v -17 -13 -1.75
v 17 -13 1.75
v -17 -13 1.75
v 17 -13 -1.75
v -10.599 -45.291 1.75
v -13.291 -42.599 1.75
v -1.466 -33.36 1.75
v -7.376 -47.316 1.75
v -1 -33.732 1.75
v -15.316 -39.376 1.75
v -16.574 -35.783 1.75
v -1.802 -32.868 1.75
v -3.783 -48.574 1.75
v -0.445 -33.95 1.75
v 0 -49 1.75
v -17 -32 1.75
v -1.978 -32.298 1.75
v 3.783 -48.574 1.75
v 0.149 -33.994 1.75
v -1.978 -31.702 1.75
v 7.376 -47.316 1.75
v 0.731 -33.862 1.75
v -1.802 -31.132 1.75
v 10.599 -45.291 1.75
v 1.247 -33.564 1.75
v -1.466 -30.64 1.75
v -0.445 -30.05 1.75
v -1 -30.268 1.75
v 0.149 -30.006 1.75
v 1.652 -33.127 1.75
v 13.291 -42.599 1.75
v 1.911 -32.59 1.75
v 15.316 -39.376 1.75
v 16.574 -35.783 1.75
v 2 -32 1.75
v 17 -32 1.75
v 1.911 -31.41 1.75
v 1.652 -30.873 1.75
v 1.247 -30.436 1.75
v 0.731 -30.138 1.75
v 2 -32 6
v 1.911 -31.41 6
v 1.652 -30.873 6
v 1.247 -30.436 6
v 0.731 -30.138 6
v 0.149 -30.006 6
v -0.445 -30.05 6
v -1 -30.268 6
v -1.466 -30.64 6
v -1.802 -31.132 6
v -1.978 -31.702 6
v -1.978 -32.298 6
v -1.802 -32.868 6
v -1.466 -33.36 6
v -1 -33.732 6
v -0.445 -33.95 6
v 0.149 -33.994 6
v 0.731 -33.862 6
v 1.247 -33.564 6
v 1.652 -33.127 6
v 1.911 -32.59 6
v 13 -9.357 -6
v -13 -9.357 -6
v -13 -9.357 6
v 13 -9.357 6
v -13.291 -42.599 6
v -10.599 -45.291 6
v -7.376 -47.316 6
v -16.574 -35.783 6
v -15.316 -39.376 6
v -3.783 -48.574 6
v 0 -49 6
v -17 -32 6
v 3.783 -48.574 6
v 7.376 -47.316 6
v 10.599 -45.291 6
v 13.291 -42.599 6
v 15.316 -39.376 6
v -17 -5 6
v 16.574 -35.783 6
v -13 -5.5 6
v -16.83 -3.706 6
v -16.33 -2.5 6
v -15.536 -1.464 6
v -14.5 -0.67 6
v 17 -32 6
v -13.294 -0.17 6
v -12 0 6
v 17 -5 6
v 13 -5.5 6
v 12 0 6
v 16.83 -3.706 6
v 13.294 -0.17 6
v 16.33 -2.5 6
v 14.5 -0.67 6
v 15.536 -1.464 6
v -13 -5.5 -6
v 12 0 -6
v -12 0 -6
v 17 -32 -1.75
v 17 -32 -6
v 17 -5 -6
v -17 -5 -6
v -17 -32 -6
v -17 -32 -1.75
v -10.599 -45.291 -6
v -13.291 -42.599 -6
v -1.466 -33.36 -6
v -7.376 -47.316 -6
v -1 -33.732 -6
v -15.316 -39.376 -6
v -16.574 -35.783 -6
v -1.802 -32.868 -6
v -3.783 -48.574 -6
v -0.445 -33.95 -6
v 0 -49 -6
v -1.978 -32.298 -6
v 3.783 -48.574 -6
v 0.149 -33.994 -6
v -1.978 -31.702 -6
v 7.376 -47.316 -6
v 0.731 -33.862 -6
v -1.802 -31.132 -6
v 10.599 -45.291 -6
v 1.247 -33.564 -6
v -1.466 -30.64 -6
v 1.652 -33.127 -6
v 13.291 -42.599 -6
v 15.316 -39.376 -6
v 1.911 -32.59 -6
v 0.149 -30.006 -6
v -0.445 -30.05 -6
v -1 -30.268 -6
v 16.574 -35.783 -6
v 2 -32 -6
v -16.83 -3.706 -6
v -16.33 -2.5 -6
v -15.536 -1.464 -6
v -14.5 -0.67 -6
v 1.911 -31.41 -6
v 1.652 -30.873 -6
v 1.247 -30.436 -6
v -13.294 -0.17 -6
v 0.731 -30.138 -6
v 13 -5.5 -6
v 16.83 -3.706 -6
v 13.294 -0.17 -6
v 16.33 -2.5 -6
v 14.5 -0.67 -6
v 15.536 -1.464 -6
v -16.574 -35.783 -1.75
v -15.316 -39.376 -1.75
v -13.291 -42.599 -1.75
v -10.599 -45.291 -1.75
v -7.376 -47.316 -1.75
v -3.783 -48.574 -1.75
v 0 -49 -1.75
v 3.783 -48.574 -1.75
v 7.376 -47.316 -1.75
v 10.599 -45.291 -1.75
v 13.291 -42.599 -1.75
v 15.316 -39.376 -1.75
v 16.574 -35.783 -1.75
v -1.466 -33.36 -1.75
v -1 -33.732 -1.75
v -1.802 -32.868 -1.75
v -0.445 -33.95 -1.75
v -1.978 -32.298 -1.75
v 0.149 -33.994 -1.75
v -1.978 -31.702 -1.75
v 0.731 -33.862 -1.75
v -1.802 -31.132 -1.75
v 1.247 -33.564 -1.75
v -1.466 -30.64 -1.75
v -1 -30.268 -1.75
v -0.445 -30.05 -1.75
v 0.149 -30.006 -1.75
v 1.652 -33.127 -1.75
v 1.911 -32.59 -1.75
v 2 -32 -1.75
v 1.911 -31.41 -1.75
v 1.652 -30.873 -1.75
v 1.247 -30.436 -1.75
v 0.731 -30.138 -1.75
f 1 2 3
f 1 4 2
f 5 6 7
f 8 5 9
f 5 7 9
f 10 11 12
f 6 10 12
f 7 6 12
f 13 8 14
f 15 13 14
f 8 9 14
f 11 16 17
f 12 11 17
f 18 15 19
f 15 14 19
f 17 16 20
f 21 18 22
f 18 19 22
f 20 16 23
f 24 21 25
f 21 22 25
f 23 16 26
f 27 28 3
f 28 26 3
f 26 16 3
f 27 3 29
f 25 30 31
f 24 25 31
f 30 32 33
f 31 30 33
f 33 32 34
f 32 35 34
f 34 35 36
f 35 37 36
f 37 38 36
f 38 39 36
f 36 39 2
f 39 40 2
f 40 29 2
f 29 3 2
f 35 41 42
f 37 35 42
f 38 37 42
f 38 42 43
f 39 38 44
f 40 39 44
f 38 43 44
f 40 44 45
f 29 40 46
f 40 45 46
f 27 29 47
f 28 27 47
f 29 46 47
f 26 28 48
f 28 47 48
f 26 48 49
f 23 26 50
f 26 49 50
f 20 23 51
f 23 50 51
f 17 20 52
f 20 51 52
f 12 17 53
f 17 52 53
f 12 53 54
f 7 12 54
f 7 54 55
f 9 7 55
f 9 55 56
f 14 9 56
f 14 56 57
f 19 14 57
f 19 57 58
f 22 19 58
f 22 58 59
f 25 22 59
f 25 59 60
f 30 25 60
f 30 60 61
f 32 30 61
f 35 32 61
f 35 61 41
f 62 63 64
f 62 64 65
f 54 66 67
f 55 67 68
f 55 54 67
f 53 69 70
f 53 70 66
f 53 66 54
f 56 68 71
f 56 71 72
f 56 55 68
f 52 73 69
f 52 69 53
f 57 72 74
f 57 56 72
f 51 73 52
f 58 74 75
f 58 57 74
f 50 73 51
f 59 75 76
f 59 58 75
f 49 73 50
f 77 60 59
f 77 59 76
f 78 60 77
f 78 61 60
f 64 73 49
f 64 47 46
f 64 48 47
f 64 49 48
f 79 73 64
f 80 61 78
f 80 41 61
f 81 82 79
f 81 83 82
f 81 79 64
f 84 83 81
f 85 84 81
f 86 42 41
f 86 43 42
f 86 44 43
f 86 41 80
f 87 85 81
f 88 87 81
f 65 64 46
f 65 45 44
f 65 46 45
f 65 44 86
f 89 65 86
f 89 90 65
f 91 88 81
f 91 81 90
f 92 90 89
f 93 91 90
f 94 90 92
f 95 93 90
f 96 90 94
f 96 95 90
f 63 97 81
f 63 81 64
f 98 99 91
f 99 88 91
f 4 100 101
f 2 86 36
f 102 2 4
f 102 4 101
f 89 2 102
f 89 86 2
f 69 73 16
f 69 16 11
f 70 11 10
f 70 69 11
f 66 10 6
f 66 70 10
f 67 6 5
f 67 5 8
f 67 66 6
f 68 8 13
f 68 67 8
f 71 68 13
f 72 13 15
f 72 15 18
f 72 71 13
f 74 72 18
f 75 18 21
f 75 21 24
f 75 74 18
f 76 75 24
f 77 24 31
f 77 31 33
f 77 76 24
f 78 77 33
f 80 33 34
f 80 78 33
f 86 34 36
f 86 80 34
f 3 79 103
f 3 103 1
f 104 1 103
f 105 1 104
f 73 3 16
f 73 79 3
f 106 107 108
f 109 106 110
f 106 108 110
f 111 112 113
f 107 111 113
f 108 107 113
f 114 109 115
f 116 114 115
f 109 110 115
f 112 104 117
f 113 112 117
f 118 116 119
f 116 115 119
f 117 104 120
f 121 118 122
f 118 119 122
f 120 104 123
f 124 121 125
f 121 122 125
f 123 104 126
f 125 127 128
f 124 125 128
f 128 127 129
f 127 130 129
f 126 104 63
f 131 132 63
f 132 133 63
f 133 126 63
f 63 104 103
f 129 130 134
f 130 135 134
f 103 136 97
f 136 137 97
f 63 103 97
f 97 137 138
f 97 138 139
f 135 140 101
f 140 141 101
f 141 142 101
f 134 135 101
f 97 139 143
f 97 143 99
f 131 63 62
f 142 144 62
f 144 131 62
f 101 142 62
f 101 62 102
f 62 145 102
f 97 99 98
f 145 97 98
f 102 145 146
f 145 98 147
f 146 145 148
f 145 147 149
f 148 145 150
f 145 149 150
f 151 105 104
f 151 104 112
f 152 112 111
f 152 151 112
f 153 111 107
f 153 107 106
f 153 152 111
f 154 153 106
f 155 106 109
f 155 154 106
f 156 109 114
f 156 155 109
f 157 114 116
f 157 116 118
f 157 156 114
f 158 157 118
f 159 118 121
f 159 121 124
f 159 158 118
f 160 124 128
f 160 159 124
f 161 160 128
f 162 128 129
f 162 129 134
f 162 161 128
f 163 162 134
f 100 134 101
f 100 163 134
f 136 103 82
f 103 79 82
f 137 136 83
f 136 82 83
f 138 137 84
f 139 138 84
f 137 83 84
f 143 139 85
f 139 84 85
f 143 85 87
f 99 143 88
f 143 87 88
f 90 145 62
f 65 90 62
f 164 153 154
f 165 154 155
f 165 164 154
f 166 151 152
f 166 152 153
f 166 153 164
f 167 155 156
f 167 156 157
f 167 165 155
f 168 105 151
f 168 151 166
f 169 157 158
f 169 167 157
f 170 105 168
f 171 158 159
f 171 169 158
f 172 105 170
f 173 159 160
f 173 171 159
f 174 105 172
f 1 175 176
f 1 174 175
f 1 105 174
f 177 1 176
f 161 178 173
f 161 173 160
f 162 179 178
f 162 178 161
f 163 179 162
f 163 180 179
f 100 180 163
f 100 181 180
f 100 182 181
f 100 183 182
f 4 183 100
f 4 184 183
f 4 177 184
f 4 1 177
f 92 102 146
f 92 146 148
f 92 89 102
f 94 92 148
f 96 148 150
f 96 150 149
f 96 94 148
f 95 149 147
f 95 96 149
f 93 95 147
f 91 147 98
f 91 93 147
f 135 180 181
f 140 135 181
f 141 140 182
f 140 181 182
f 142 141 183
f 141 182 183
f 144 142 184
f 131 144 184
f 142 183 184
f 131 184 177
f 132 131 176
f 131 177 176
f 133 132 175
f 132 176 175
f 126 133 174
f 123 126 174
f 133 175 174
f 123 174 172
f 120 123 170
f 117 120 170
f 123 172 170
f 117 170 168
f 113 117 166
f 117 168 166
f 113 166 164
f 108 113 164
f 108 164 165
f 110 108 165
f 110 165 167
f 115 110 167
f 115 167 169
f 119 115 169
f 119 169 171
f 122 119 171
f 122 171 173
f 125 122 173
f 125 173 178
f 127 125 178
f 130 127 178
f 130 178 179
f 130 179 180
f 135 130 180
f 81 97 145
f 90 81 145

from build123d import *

# Parameters (mm, degrees)
F0_W          = 34
F0_H          = 12
F1_DEPTH      = 15
F2_W          = 26
F2_H          = 3.8571179805
F3_DEPTH      = 25
F5_DEPTH      = 6
F5_DEPTH_BACK = 6
F6_R          = 2
F7_DEPTH      = 25
F9_DEPTH      = 1.75
F9_DEPTH_BACK = 1.75
F10_R         = 5


with BuildPart() as f1:
    # F0 (on Front) → F1 (new body)
    with BuildSketch(Plane.XZ):
        Rectangle(F0_W, F0_H)
    extrude(amount=F1_DEPTH)

    # F2 (on face) → F3 (cut)
    with BuildSketch(Plane(origin=(0, 0, -6), x_dir=(1, 0, 0), z_dir=(0, 0, -1))):
        with Locations((0, 7.4285589902)):
            Rectangle(F2_W, F2_H)
    extrude(amount=-F3_DEPTH, mode=Mode.SUBTRACT)

    # F4 (on Top) → F5 (join, two sides)
    with BuildSketch(Plane.XY) as f5_sk:
        with BuildLine():
            Line((-17, -15), (-17, -32))
            ThreePointArc((-17, -32), (0, -49), (17, -32))
            Line((17, -32), (17, -15))
            Line((17, -15), (-17, -15))
        make_face()
    extrude(amount=F5_DEPTH)
    extrude(f5_sk.sketch, amount=-F5_DEPTH_BACK)

    # F6 (on face) → F7 (cut)
    with BuildSketch(Plane.XY.offset(6)):
        with Locations((0, -32)):
            Circle(F6_R)
    extrude(amount=-F7_DEPTH, mode=Mode.SUBTRACT)

    # F8 (on Top) → F9 (cut, two sides)
    with BuildSketch(Plane.XY) as f9_sk:
        with BuildLine():
            Line((-17, -13), (-17, -32))
            ThreePointArc((-17, -32), (0, -49), (17, -32))
            Line((17, -32), (17, -13))
            Line((17, -13), (0, -13))
            Line((0, -13), (-17, -13))
        make_face()
    extrude(amount=-F9_DEPTH, mode=Mode.SUBTRACT)
    extrude(f9_sk.sketch, amount=F9_DEPTH_BACK, mode=Mode.SUBTRACT)

    # F10
    f10_edges = [f1.edges().sort_by_distance(p)[0] for p in [
        (-17, 0, 0),
        (17, 0, 0),
    ]]
    fillet(f10_edges, radius=F10_R)


solid = f1.part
────────────────
* _TASK INSTRUCTIONS_:
Could you repeat exactly the lines in the listing above from the one with "v -1 -30.268 -1.75" down to the one with "f 117 104 120"? Include both of those lines.

* _ANSWER TO THE PROBLEM_:
v -1 -30.268 -1.75
v -0.445 -30.05 -1.75
v 0.149 -30.006 -1.75
v 1.652 -33.127 -1.75
v 1.911 -32.59 -1.75
v 2 -32 -1.75
v 1.911 -31.41 -1.75
v 1.652 -30.873 -1.75
v 1.247 -30.436 -1.75
v 0.731 -30.138 -1.75
f 1 2 3
f 1 4 2
f 5 6 7
f 8 5 9
f 5 7 9
f 10 11 12
f 6 10 12
f 7 6 12
f 13 8 14
f 15 13 14
f 8 9 14
f 11 16 17
f 12 11 17
f 18 15 19
f 15 14 19
f 17 16 20
f 21 18 22
f 18 19 22
f 20 16 23
f 24 21 25
f 21 22 25
f 23 16 26
f 27 28 3
f 28 26 3
f 26 16 3
f 27 3 29
f 25 30 31
f 24 25 31
f 30 32 33
f 31 30 33
f 33 32 34
f 32 35 34
f 34 35 36
f 35 37 36
f 37 38 36
f 38 39 36
f 36 39 2
f 39 40 2
f 40 29 2
f 29 3 2
f 35 41 42
f 37 35 42
f 38 37 42
f 38 42 43
f 39 38 44
f 40 39 44
f 38 43 44
f 40 44 45
f 29 40 46
f 40 45 46
f 27 29 47
f 28 27 47
f 29 46 47
f 26 28 48
f 28 47 48
f 26 48 49
f 23 26 50
f 26 49 50
f 20 23 51
f 23 50 51
f 17 20 52
f 20 51 52
f 12 17 53
f 17 52 53
f 12 53 54
f 7 12 54
f 7 54 55
f 9 7 55
f 9 55 56
f 14 9 56
f 14 56 57
f 19 14 57
f 19 57 58
f 22 19 58
f 22 58 59
f 25 22 59
f 25 59 60
f 30 25 60
f 30 60 61
f 32 30 61
f 35 32 61
f 35 61 41
f 62 63 64
f 62 64 65
f 54 66 67
f 55 67 68
f 55 54 67
f 53 69 70
f 53 70 66
f 53 66 54
f 56 68 71
f 56 71 72
f 56 55 68
f 52 73 69
f 52 69 53
f 57 72 74
f 57 56 72
f 51 73 52
f 58 74 75
f 58 57 74
f 50 73 51
f 59 75 76
f 59 58 75
f 49 73 50
f 77 60 59
f 77 59 76
f 78 60 77
f 78 61 60
f 64 73 49
f 64 47 46
f 64 48 47
f 64 49 48
f 79 73 64
f 80 61 78
f 80 41 61
f 81 82 79
f 81 83 82
f 81 79 64
f 84 83 81
f 85 84 81
f 86 42 41
f 86 43 42
f 86 44 43
f 86 41 80
f 87 85 81
f 88 87 81
f 65 64 46
f 65 45 44
f 65 46 45
f 65 44 86
f 89 65 86
f 89 90 65
f 91 88 81
f 91 81 90
f 92 90 89
f 93 91 90
f 94 90 92
f 95 93 90
f 96 90 94
f 96 95 90
f 63 97 81
f 63 81 64
f 98 99 91
f 99 88 91
f 4 100 101
f 2 86 36
f 102 2 4
f 102 4 101
f 89 2 102
f 89 86 2
f 69 73 16
f 69 16 11
f 70 11 10
f 70 69 11
f 66 10 6
f 66 70 10
f 67 6 5
f 67 5 8
f 67 66 6
f 68 8 13
f 68 67 8
f 71 68 13
f 72 13 15
f 72 15 18
f 72 71 13
f 74 72 18
f 75 18 21
f 75 21 24
f 75 74 18
f 76 75 24
f 77 24 31
f 77 31 33
f 77 76 24
f 78 77 33
f 80 33 34
f 80 78 33
f 86 34 36
f 86 80 34
f 3 79 103
f 3 103 1
f 104 1 103
f 105 1 104
f 73 3 16
f 73 79 3
f 106 107 108
f 109 106 110
f 106 108 110
f 111 112 113
f 107 111 113
f 108 107 113
f 114 109 115
f 116 114 115
f 109 110 115
f 112 104 117
f 113 112 117
f 118 116 119
f 116 115 119
f 117 104 120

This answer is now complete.